# Milan: può arrivare Campos. Leo e Maldini a rischio.



## admin (14 Maggio 2019)

Come riportato da Mediaset, che conferma le news precedenti, senza Champions la posizione di Leonardo e Maldini sarebbe a rischio. Al loro posto potrebbe arrivare Campos dal Lille, per ridisegnare il nuovo Milan insieme a Gazidis.


----------



## admin (14 Maggio 2019)

Admin ha scritto:


> Come riportato da Mediaset, che conferma le news precedenti, senza Champions la posizione di Leonardo e Maldini sarebbe a rischio. Al loro posto potrebbe arrivare Campos dal Lille, per ridisegnare il nuovo Milan insieme a Gazidis.



.


----------



## Prealpi (14 Maggio 2019)

Ma questo cosiddetto genio della finanza non può dedicarsi all'aumento del fatturato e lasci perdere le cose di campo di cui sta dimostrando di non capirci nulla


----------



## Aron (14 Maggio 2019)

Prealpi ha scritto:


> Ma questo cosiddetto genio della finanza non può dedicarsi all'aumento del fatturato e lasci perdere le cose di campo di cui sta dimostrando di non capirci nulla



Un nuovo AD alla parte sportiva è l'unica possibilità per evitare i danni di Gazidis.


----------



## vegitto4 (14 Maggio 2019)

Io spero che restino Leo e Paolo ovviamente, ma se proprio si dovesse cambiare magari Campos, direttore sportivo eccezionale... Ma credo e spero cmq che Leo resti


----------



## goleador 70 (14 Maggio 2019)

Fortuna che non succederà niente di ciò


----------



## Super_Lollo (14 Maggio 2019)

goleador 70 ha scritto:


> Fortuna che non succederà niente di ciò



.


----------



## Gas (14 Maggio 2019)

Se dovessi scegliere io, terrei Paolo e Leo e caccerei lui piuttosto.


----------



## Milanforever26 (14 Maggio 2019)

Admin ha scritto:


> Come riportato da Mediaset, che conferma le news precedenti, senza Champions la posizione di Leonardo e Maldini sarebbe a rischio. Al loro posto potrebbe arrivare Campos dal Lille, per ridisegnare il nuovo Milan insieme a Gazidis.

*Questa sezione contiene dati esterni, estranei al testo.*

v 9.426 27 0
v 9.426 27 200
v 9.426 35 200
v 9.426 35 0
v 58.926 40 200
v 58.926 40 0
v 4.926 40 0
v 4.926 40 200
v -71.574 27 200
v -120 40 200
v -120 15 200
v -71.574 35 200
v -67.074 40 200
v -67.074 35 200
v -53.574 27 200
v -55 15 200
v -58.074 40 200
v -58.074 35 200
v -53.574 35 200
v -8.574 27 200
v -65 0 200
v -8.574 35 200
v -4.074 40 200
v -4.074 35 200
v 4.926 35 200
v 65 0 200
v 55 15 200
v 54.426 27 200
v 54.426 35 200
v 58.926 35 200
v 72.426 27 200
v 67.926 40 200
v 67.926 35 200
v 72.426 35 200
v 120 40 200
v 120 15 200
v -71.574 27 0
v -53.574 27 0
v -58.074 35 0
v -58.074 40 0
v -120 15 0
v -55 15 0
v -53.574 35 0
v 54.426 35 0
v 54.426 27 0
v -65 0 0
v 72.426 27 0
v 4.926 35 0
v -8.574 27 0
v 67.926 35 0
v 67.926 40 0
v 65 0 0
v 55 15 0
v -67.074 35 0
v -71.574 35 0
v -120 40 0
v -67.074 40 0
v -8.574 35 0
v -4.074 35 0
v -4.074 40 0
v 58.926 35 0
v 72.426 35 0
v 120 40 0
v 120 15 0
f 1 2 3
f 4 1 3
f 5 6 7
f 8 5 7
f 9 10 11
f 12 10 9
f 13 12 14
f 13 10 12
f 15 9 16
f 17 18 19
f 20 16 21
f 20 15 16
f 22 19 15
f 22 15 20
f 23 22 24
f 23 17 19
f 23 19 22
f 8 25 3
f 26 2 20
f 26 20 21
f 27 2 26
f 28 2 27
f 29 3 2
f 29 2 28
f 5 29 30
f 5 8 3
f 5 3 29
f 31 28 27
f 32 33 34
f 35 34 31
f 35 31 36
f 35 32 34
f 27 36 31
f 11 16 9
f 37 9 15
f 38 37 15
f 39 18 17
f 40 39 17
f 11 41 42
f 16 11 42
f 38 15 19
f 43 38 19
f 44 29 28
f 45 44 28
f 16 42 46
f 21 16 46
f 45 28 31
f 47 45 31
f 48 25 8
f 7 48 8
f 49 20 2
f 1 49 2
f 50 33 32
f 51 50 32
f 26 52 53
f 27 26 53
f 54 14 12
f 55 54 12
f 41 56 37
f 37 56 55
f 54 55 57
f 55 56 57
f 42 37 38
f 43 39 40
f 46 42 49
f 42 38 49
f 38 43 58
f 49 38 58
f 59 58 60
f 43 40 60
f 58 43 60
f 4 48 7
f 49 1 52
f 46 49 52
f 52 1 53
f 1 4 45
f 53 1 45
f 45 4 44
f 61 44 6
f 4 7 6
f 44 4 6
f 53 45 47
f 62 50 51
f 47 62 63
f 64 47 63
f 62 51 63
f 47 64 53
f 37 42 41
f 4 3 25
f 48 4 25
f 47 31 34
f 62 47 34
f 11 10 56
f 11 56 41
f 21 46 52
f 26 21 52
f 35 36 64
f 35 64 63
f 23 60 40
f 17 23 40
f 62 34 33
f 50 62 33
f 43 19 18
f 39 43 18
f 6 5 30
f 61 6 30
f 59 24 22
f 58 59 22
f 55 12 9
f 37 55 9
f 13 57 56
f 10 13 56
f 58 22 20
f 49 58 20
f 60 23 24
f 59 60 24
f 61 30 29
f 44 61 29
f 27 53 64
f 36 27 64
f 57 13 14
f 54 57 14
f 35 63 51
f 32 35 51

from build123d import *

# Parameters (mm, degrees)
EXTRUDE_1_DEPTH     = 200
CUT_EXTRUDE_1_DEPTH = 201


with BuildPart() as part:
    # Эскиз1 → Бобышка-Вытянуть1 (new body)
    with BuildSketch(Plane.XY):
        Polygon((0, 0), (65, 0), (55, 15), (120, 15), (120, 40), (0, 40), (-120, 40), (-120, 15), (-55, 15), (-65, 0), align=None)
    extrude(amount=EXTRUDE_1_DEPTH)

    # Эскиз2 → Вырез-Вытянуть1 (cut, through all)
    with BuildSketch(Plane.XY.offset(200)):
        Polygon((-8.573821021, 27), (9.426178979, 27), (9.426178979, 35), (4.926178979, 35), (4.926178979, 40), (-4.073821021, 40), (-4.073821021, 35), (-8.573821021, 35), align=None)
        Polygon((54.426178979, 27), (72.426178979, 27), (72.426178979, 35), (67.926178979, 35), (67.926178979, 40), (58.926178979, 40), (58.926178979, 35), (54.426178979, 35), align=None)
        Polygon((-71.573821021, 27), (-53.573821021, 27), (-53.573821021, 35), (-58.073821021, 35), (-58.073821021, 40), (-67.073821021, 40), (-67.073821021, 35), (-71.573821021, 35), align=None)
    extrude(amount=-CUT_EXTRUDE_1_DEPTH, mode=Mode.SUBTRACT)


solid = part.part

Poche balle, Leo e Paolo di sicuro vogliono il bene del Milan, il loro allontanamento, a differenza di molte altre stupidaggini, sarebbe un vero segnale di ridimensionamento perché sarebbe evidente la volontà di mettere alla porta chi vuole rifare un Milan forte


----------



## Lo Gnu (14 Maggio 2019)

Il lavoro di Leonardo e Maldini inizia per la Stagione 2019-2020 ed è per quello che dovranno essere valutati. Ad oggi sarebbe insensato e sciocco un licenziamento di Leo, spero che questo Gazidis lo capisca.


----------



## GP7 (14 Maggio 2019)

goleador 70 ha scritto:


> Fortuna che non succederà niente di ciò



da tempo mi aggrappo alle tue "sicurezze". Come si suol dire: sperem!


----------



## kipstar (14 Maggio 2019)

ma non ci credo minimamente....


----------



## Milanista di Milano (14 Maggio 2019)

Admin ha scritto:


> Come riportato da Mediaset, che conferma le news precedenti, senza Champions la posizione di Leonardo e Maldini sarebbe a rischio. Al loro posto potrebbe arrivare Campos dal Lille, per ridisegnare il nuovo Milan insieme a Gazidis.

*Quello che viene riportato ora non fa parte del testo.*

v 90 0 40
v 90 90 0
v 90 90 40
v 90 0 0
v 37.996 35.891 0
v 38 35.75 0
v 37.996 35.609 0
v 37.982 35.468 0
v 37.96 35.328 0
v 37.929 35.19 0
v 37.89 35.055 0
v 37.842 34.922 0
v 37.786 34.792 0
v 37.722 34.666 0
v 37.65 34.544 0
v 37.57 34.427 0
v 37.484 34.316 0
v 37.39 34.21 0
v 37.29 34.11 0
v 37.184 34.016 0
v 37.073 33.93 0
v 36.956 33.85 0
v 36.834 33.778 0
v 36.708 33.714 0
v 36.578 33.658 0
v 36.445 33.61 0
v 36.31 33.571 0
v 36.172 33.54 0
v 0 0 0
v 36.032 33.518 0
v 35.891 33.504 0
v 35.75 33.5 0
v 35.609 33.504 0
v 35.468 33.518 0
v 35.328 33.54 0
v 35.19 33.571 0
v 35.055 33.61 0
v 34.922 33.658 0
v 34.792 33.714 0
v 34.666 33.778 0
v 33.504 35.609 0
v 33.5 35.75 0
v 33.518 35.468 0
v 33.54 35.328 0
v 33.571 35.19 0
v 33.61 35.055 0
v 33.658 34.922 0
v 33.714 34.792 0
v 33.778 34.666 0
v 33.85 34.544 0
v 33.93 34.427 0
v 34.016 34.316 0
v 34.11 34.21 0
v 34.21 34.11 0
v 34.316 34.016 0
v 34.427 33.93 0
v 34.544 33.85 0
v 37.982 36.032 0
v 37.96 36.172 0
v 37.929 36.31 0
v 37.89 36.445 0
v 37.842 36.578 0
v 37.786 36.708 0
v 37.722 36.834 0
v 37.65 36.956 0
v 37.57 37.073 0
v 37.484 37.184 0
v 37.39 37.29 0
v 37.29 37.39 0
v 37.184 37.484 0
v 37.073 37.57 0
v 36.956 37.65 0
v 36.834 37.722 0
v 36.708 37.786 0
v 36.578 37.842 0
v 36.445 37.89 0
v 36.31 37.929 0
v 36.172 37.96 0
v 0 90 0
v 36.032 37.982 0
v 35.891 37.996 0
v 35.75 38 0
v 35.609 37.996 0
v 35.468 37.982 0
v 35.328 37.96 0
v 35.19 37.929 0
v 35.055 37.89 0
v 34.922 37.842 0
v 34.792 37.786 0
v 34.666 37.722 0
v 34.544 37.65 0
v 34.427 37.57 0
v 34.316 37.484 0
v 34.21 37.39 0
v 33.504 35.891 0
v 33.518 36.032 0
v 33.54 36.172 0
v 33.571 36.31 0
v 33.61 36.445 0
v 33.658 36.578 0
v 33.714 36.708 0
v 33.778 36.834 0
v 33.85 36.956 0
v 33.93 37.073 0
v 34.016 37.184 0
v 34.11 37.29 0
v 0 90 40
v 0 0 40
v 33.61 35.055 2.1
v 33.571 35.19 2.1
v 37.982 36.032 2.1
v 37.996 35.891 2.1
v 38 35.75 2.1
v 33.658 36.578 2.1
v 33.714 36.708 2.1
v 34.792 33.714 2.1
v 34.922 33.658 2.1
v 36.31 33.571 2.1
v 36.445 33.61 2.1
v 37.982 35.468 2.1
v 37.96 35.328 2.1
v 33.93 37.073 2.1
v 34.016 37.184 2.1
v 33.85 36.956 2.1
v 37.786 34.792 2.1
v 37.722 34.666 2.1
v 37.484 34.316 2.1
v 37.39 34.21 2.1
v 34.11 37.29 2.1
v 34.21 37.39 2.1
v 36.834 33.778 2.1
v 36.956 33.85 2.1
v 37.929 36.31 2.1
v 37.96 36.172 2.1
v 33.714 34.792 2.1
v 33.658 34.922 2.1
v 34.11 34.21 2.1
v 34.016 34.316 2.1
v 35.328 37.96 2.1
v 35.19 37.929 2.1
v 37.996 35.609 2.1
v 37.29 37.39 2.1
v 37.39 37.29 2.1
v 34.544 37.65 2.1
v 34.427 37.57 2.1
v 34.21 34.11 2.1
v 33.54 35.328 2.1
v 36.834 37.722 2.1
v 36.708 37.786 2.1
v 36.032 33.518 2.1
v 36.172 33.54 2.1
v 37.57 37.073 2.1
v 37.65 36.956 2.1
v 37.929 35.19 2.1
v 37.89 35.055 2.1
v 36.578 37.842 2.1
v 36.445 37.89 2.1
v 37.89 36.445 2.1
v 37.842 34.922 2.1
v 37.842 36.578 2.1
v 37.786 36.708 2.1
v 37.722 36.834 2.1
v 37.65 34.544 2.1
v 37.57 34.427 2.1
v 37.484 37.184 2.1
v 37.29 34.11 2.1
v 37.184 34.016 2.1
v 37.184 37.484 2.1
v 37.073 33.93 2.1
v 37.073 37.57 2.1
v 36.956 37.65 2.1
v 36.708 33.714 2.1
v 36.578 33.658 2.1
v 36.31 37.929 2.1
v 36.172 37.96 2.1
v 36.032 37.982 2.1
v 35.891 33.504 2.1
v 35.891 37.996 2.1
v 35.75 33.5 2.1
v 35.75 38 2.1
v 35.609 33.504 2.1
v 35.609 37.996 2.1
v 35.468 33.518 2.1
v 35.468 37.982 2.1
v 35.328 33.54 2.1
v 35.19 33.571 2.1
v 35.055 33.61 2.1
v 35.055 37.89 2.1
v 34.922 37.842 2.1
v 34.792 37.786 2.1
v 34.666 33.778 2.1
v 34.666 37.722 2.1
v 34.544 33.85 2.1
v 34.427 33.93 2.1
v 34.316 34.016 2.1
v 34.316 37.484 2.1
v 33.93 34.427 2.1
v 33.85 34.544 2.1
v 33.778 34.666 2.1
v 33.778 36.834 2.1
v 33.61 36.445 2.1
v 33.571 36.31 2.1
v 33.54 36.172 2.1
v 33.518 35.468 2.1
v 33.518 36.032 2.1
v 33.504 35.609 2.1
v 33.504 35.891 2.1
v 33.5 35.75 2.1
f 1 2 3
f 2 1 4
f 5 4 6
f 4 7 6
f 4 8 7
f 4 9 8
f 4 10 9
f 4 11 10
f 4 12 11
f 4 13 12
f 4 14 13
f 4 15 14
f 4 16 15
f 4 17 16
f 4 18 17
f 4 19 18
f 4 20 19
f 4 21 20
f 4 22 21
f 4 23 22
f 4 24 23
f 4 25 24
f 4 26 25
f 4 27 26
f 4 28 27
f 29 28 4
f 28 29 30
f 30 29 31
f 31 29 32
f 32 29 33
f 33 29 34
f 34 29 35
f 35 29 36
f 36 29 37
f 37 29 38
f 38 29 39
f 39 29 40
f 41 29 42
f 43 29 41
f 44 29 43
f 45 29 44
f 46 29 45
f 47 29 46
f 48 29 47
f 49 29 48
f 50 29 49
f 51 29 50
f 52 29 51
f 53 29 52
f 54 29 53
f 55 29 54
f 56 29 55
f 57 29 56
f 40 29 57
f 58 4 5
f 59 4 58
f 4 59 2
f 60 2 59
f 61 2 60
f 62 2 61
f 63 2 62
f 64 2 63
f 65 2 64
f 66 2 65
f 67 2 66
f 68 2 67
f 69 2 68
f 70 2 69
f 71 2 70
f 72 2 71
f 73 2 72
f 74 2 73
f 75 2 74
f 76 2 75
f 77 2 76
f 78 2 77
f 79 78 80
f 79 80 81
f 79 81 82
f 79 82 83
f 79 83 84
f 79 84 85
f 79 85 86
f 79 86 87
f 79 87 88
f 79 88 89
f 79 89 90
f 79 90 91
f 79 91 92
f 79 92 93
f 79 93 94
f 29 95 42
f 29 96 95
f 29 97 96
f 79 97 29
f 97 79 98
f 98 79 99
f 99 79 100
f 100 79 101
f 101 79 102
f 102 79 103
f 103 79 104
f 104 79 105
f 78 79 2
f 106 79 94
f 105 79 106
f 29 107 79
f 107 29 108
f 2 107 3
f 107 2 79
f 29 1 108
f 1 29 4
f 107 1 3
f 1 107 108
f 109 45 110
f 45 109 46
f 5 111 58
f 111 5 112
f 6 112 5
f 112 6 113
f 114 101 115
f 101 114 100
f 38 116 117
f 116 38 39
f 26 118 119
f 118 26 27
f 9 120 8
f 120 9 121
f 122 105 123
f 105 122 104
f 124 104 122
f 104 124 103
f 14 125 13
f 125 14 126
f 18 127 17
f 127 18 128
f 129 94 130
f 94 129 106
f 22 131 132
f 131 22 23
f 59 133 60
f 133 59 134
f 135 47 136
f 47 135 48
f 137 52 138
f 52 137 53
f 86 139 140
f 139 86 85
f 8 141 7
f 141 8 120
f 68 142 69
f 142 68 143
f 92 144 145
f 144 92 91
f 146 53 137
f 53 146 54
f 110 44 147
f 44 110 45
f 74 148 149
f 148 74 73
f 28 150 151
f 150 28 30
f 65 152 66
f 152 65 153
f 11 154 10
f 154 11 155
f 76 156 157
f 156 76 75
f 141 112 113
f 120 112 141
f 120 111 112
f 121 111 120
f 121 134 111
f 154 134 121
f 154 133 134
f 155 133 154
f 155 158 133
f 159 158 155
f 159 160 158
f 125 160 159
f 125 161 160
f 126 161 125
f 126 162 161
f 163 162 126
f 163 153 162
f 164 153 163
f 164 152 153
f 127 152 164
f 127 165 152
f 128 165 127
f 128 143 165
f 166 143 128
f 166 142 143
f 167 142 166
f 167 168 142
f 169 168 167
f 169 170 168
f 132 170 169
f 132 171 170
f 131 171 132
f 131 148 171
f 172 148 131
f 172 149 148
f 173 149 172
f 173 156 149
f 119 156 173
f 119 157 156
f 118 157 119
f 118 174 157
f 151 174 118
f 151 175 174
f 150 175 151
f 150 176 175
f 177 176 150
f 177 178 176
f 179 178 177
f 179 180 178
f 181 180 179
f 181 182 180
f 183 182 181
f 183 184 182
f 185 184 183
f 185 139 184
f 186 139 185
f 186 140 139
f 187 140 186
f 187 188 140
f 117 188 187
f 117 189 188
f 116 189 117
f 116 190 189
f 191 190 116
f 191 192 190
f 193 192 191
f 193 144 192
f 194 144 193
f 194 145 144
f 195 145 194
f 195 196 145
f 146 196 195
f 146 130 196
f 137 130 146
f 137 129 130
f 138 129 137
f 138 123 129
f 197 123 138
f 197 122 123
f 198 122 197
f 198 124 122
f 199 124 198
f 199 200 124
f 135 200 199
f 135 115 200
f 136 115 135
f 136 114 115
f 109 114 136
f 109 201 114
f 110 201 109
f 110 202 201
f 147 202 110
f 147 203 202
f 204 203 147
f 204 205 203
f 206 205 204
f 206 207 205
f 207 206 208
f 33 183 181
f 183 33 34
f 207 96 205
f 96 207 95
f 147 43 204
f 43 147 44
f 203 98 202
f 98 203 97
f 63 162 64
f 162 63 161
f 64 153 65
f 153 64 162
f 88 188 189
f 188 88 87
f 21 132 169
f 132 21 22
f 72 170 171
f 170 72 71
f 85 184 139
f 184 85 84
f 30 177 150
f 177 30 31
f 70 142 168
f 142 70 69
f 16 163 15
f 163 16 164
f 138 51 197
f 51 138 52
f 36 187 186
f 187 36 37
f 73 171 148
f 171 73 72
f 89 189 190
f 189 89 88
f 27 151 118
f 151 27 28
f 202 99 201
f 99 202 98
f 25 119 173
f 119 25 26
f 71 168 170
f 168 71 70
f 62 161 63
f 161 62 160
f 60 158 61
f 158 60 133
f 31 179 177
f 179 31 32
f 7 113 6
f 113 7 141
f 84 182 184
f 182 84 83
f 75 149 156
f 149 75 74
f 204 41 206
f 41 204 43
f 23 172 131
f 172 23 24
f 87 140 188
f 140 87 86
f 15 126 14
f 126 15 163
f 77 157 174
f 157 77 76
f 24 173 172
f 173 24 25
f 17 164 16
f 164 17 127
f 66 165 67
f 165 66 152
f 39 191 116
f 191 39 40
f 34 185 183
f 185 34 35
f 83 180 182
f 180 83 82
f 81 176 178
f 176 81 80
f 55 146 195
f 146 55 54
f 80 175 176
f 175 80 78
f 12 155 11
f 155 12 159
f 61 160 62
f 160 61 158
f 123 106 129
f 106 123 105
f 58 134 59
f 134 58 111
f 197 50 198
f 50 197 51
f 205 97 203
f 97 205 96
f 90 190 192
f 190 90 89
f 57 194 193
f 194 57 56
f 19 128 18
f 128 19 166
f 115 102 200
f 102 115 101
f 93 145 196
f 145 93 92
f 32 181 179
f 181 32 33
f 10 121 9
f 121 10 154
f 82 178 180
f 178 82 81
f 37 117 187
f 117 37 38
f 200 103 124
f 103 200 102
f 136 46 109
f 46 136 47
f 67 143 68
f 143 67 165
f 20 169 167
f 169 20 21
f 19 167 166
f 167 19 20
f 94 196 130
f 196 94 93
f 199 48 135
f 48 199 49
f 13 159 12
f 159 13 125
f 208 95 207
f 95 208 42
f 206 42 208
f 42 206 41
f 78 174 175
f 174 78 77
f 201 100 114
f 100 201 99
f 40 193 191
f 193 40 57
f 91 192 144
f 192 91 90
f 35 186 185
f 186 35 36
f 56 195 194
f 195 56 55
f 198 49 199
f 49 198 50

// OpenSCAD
// DIY Magnetic Stirrer Housing for 80mm PC Fan
// Print Orientation: Upside down. Top plate on bed (Z=0). Walls rise to Z=40.

// --- Dimensions ---
// Outer dimensions of the housing
W_OUT = 90;
H_OUT = 90;
D_OUT = 90; // Depth (Z height of walls)

// Wall thickness
W_THICK = 2.5;

// Top plate thickness
TOP_THICK = 2;

// Total height of the box (top of walls)
BOX_HEIGHT = 40;

// Fan mounting hole pattern
// 71.5 mm square pattern centred on the plate
HOLE_PITCH = 71.5;
// Hole diameter for M4 screws
HOLE_DIAM = 4.5;

// Cable notch dimensions
NOTCH_WIDTH = 12;
NOTCH_DEPTH = 8; // Reaches 8mm down from open edge (Z=32 to Z=40)

// --- Configuration ---
$fn = 100; // High resolution for smooth curves and precise holes

// --- Main Body Construction ---
difference() {
    union() {
        // --- 1. The Top Plate ---
        // Lies on the bed, Z=0 to Z=TOP_THICK
        translate([0, 0, 0])
            cube([W_OUT, H_OUT, TOP_THICK]);

        // --- 2. The Walls ---
        // Rise from Z=TOP_THICK to Z=BOX_HEIGHT
        // We construct the outer shell and subtract the inner void to create walls
        translate([0, 0, TOP_THICK])
            cube([W_OUT, H_OUT, BOX_HEIGHT - TOP_THICK]);
        
        // Create the inner void for the walls
        // Inner dimensions: Outer - 2*Thickness
        W_IN = W_OUT - (2 * W_THICK);
        H_IN = H_OUT - (2 * W_THICK);
        
        translate([W_THICK, W_THICK, TOP_THICK])
            cube([W_IN, H_IN, BOX_HEIGHT - TOP_THICK]);
    }
    
    // --- 3. Cutouts ---
    
    // A. Fan Mounting Holes
    // 4 holes on a 71.5mm square pattern, centred on the plate.
    // Pattern corners at +/- 35.75mm.
    // Hole centers: (35.75, 35.75), (-35.75, 35.75), (-35.75, -35.75), (35.75, -35.75)
    
    // Define hole positions explicitly to avoid scope issues
    hole_positions = [
        [HOLE_PITCH/2, HOLE_PITCH/2],
        [-HOLE_PITCH/2, HOLE_PITCH/2],
        [-HOLE_PITCH/2, -HOLE_PITCH/2],
        [HOLE_PITCH/2, -HOLE_PITCH/2]
    ];
    
    for (p = hole_positions) {
        translate(p)
            cylinder(h = TOP_THICK + 0.1, r = HOLE_DIAM/2); // +0.1 to ensure clean cut through the plate
    }

    // B. Cable Notch
    // In one wall, cut a notch.
    // 12 mm wide, centred along the wall.
    // Reaching 8 mm down from the open edge (Z=32 to Z=40).
    // Let's place this notch in the wall at Y = -H_OUT/2 + W_THICK (the front wall).
    // Notch width: 12mm. Centered along the wall (X-axis).
    // Wall X range: -45 to 45. Center is 0.
    // Notch X range: -6 to +6.
    
    // Position: Front wall (Y = -H_OUT/2 + W_THICK)
    // Depth into wall: Notch width / 2 = 6mm.
    // Height: From Z=32 to Z=40.
    
    translate([0, -H_OUT/2 + W_THICK, 32])
        cube([NOTCH_WIDTH, W_THICK, NOTCH_DEPTH]);
}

cambiamo dirigenti ogni anno?


----------



## James45 (14 Maggio 2019)

Milanista di Milano ha scritto:


> cambiamo dirigenti ogni anno?



ma teniamo l'allenatore!


----------



## MrPeppez (14 Maggio 2019)

La soluzione è togliere Leonardo e basta.


----------



## Casnop (14 Maggio 2019)

Admin ha scritto:


> Come riportato da Mediaset, che conferma le news precedenti, senza Champions la posizione di Leonardo e Maldini sarebbe a rischio. Al loro posto potrebbe arrivare Campos dal Lille, per ridisegnare il nuovo Milan insieme a Gazidis.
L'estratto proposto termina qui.